Looking at how much you have is the first step in determining what you want and more importantly, what you need. If it’s more money at your job, then you know how much you want to make and you can ask for it if you’re delivering that value. Or it might mean that you need to look elsewhere at a place that values you closer to how much you value your own work.
If it’s making more from your business that you desire, then you have to decide if you are going to target more customers or raise your prices. Similarly, if you are a freelancer then this might be a point for you to consider what other skills you need to learn to be able to bring in that additional income with your current and prospective clients.
- Define your short term & long term goals – Once you have your numbers, you can begin to craft your strategy for the years ahead. If you are going to do a wealth check-up in the middle of the year like I did, then that also means that you may need to alter your plans and goals for year if things change unexpectedly i..e a global pandemic. Your short term goals can change and that’s fine but your longer term goals shouldn’t. One of my goals for the next 5 years is to own a piece of land that I can build on and can serve as a sanctuary away from the city. I did have to change my goals for this year but I am single minded and know that the end goal remains the same.
- Hold yourself accountable, reduce your financial anxiety and show growth – This might not seem like the most important reason for doing this but it’s THE REASON why I do one every year. Money is a big cause of stress among adults. We often feel helpless about keeping money, saving money and making money.

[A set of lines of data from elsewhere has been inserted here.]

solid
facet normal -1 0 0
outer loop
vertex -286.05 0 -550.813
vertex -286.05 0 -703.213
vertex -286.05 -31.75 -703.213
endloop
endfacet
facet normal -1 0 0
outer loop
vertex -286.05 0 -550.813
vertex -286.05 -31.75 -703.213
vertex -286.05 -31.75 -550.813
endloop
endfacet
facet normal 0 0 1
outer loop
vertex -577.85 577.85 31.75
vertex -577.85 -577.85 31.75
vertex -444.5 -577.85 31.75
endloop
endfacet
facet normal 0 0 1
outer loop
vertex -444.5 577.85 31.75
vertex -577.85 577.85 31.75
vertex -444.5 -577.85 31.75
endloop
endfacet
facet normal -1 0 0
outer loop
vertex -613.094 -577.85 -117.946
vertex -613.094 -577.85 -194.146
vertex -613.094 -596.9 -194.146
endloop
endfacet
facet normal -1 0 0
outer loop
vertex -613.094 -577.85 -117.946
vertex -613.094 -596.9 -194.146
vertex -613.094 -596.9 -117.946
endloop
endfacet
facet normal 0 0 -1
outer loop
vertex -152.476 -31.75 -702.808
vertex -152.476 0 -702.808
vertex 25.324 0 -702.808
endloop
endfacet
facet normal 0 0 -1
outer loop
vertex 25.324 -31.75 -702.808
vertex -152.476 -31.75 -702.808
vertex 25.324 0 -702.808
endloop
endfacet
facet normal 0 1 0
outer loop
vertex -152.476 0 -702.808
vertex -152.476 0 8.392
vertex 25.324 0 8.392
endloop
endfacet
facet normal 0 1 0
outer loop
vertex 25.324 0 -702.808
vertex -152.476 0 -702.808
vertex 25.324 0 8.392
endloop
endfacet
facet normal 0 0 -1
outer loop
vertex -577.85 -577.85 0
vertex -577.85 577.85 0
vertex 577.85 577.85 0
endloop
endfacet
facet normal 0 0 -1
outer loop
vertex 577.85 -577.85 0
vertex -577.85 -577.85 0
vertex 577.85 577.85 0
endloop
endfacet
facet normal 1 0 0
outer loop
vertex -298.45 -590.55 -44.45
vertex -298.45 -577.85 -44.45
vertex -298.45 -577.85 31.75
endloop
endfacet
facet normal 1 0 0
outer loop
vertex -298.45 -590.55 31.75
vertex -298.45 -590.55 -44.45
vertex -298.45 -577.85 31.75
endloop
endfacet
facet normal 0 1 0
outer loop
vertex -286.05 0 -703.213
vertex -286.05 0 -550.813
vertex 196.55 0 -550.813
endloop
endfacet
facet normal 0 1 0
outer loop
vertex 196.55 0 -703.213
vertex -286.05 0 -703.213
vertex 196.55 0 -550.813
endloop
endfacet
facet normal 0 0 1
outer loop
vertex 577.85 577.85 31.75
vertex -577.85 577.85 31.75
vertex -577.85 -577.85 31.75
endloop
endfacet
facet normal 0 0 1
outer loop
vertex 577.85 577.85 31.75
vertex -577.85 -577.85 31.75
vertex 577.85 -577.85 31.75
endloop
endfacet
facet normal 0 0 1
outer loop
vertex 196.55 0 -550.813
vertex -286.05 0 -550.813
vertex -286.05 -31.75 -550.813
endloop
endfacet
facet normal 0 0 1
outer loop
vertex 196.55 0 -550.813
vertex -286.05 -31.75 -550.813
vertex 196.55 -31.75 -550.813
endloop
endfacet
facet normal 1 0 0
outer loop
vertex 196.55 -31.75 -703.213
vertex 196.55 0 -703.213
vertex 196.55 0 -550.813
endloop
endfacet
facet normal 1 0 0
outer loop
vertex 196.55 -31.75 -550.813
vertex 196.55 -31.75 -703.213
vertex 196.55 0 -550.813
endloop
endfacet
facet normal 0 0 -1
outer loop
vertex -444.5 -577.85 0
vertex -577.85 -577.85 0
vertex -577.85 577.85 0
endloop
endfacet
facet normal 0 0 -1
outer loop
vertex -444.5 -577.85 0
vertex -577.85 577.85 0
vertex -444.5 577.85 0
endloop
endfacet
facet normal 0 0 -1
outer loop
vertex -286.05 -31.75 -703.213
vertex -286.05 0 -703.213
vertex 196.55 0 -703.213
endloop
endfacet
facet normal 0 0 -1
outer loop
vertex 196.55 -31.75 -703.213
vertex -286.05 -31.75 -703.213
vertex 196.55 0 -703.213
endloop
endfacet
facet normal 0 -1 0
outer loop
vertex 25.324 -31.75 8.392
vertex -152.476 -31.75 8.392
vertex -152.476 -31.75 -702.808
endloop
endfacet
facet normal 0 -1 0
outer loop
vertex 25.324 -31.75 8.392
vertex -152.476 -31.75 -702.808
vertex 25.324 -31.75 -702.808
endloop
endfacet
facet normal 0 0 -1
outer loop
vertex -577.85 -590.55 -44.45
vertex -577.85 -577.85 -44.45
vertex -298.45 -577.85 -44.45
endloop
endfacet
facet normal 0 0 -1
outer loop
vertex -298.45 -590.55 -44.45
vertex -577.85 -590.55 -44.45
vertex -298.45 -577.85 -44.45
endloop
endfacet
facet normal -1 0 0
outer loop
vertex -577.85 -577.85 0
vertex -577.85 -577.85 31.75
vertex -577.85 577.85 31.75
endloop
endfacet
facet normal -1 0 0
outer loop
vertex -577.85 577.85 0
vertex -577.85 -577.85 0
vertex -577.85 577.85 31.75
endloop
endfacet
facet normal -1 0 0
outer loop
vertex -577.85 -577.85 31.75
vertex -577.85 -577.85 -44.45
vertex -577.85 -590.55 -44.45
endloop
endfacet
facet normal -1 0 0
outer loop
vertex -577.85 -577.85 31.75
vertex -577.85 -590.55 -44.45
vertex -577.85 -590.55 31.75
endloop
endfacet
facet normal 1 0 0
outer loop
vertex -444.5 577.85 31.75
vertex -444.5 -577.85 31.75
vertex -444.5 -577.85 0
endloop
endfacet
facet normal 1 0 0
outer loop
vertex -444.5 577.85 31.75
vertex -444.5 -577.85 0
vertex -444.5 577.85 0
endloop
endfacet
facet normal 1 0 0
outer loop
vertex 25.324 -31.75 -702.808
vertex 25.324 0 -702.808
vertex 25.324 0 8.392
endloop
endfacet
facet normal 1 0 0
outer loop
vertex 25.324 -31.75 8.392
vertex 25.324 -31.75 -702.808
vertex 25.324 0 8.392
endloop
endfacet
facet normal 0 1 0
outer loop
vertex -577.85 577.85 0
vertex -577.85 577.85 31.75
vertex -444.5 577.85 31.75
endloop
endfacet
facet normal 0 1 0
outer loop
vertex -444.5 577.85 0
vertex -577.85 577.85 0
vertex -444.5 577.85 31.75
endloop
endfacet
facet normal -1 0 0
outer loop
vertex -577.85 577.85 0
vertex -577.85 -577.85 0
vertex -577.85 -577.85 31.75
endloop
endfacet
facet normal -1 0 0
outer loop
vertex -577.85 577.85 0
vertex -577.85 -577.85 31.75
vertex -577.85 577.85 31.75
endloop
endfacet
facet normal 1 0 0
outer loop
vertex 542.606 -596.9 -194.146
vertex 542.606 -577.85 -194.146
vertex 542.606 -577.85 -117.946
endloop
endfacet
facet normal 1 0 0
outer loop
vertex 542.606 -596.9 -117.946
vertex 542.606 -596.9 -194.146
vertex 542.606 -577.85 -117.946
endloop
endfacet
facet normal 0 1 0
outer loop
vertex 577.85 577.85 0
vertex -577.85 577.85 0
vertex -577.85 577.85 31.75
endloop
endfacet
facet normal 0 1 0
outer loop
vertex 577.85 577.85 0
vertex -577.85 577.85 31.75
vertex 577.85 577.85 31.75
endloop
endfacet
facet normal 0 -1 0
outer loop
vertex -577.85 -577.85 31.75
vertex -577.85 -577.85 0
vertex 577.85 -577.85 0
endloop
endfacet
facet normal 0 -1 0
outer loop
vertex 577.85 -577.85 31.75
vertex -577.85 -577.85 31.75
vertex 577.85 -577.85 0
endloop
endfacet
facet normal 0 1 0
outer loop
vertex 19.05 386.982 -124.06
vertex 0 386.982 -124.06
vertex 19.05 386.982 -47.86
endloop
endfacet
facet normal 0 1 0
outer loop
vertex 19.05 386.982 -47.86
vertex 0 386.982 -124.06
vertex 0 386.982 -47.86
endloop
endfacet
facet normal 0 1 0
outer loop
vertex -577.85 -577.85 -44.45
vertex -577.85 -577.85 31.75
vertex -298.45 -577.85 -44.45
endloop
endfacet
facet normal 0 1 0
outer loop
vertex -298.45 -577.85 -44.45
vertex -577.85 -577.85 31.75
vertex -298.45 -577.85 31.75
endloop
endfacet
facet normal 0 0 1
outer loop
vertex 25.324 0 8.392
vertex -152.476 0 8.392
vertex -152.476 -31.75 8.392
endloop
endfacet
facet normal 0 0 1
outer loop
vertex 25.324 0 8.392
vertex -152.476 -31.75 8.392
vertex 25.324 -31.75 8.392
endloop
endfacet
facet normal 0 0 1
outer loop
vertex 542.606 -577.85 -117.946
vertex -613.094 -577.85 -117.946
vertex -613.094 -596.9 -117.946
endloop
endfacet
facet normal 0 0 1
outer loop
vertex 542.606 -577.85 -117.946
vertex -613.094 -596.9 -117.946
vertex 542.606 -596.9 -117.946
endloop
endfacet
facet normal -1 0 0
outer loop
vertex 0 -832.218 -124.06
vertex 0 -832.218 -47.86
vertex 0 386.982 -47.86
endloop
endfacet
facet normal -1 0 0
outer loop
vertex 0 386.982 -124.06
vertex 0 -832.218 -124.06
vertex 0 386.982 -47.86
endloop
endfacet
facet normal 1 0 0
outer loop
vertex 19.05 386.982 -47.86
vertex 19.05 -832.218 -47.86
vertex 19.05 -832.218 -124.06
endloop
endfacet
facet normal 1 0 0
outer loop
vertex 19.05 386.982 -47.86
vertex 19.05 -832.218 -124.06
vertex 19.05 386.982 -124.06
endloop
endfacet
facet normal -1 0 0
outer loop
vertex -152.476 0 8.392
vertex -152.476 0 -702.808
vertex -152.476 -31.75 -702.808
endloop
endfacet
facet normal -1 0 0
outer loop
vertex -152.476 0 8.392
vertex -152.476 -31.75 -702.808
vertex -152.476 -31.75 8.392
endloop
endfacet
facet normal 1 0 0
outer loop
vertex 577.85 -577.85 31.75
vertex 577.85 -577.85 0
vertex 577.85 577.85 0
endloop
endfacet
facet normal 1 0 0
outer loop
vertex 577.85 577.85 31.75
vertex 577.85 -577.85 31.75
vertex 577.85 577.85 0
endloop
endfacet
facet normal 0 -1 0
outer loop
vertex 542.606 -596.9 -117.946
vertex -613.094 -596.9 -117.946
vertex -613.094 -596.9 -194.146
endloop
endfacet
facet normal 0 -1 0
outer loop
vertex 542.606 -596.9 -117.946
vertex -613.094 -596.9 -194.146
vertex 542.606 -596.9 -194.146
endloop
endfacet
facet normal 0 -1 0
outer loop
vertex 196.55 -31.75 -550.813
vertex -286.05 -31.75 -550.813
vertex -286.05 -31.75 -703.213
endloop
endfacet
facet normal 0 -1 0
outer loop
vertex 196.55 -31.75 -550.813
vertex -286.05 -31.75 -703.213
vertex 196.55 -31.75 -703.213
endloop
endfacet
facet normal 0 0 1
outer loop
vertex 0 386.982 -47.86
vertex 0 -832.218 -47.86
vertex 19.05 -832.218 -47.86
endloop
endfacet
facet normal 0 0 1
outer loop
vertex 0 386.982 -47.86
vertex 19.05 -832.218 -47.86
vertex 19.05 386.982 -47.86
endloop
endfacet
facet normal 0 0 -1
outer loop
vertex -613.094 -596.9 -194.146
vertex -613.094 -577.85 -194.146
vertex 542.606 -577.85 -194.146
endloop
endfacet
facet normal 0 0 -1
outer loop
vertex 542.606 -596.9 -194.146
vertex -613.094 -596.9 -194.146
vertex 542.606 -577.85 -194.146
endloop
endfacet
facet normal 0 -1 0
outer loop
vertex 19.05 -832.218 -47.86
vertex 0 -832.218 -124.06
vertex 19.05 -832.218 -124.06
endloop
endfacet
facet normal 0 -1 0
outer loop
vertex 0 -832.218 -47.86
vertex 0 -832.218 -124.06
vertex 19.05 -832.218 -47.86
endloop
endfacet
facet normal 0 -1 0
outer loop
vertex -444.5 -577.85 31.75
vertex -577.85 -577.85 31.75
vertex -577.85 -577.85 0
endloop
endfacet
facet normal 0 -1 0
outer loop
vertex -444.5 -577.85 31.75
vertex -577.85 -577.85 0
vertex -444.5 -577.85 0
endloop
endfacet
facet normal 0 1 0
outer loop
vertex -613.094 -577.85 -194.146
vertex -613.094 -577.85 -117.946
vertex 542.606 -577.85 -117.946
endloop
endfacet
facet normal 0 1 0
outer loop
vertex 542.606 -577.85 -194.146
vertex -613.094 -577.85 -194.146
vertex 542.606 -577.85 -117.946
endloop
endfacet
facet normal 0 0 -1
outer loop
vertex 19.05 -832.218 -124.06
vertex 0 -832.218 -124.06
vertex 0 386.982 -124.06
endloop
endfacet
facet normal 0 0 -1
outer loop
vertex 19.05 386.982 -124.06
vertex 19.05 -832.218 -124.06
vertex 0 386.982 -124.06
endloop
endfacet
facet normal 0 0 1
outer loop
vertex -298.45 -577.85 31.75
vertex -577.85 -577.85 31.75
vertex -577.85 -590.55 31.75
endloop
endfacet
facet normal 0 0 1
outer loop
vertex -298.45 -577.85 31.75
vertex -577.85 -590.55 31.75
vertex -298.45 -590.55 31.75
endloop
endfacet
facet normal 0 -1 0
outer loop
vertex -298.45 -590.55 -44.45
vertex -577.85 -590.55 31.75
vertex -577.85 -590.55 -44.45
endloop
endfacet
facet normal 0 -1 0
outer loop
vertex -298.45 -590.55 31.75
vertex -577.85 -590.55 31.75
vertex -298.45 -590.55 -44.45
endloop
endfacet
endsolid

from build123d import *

# Parameters (mm, degrees)
F0_W      = 1155.7
F0_H      = 1155.7
F1_DEPTH  = 31.75
F4_W      = 177.8
F4_H      = 711.2
F5_DEPTH  = 31.75
F6_W      = 133.35
F6_H      = 1155.7
F7_DEPTH  = 31.75
F3_W      = 279.4
F3_H      = 76.2
F8_DEPTH  = 12.7
F2_W      = 208.7145904064
F2_H      = 31.75
F9_DEPTH  = 19.05
F2_W_2    = 1155.7
F2_H_2    = 76.2
F11_W     = 1219.2
F11_H     = 76.2
F12_DEPTH = 19.05
F13_W     = 482.6
F13_H     = 152.4
F14_DEPTH = 31.75


with BuildPart() as f1:
    # F0 (on Top) → F1 (new body)
    with BuildSketch(Plane.XY):
        Rectangle(F0_W, F0_H)
    extrude(amount=F1_DEPTH)


with BuildPart() as f5:
    # F4 (on Front) → F5 (new body)
    with BuildSketch(Plane.XZ):
        with Locations((-63.575723362, -347.2077669195)):
            Rectangle(F4_W, F4_H)
    extrude(amount=F5_DEPTH)


with BuildPart() as f7:
    # F6 (on face) → F7 (new body)
    with BuildSketch(Plane.XY.offset(31.75)):
        with Locations((-511.175, 0)):
            Rectangle(F6_W, F6_H)
    extrude(amount=-F7_DEPTH)


with BuildPart() as f8:
    # F3 (on face) → F8 (new body)
    with BuildSketch(Plane.XZ.offset(577.85)):
        with Locations((-438.15, -6.35)):
            Rectangle(F3_W, F3_H)
    extrude(amount=F8_DEPTH)


with BuildPart() as f9:
    # F2 (on face) → F9 (new body)
    with BuildSketch(Plane.XZ.offset(577.85)):
        with Locations((473.4927047968, 15.875)):
            Rectangle(F2_W, F2_H)
    extrude(amount=F9_DEPTH)


with BuildPart() as f9b:
    # F2 (on face) → F9, piece 2 (new body)
    with BuildSketch(Plane.XZ.offset(577.85)):
        with Locations((-35.2438529968, -156.0455602646)):
            Rectangle(F2_W_2, F2_H_2)
    extrude(amount=F9_DEPTH)


with BuildPart() as f12:
    # F11 (on Right) → F12 (new body)
    with BuildSketch(Plane.YZ):
        with Locations((-222.6182788968, -85.9602801323)):
            Rectangle(F11_W, F11_H)
    extrude(amount=F12_DEPTH)


with BuildPart() as f14:
    # F13 (on Front) → F14 (new body)
    with BuildSketch(Plane.XZ):
        with Locations((-44.7499839599, -627.0127509117)):
            Rectangle(F13_W, F13_H)
    extrude(amount=F14_DEPTH)


solid = Compound([f1.part, f5.part, f7.part, f8.part, f9b.part, f12.part, f14.part])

Having a well-laid out plan can help reduce your worries and show you the progress yop have made. Sometimes we need a pick me up and to celebrate how far we’ve come, and this can do it. It also keeps us accountable when we are working to align our work and personal lives to a goal that we have.
I will end with perhaps the most important thought that I hope you can take out of this post, be intentional. Sounds simple enough? Don’t think of money as something that comes and goes because then that is exactly what will happen. If you don’t have a plan, you might strike it rich but it will go just as quickly as it came. Why? Because you think money comes and goes. It doesn’t have to be a super detailed plan, but being intentional with money will allow your to work on your goals and keep you on track. Money is just a tool, make it work in your favour.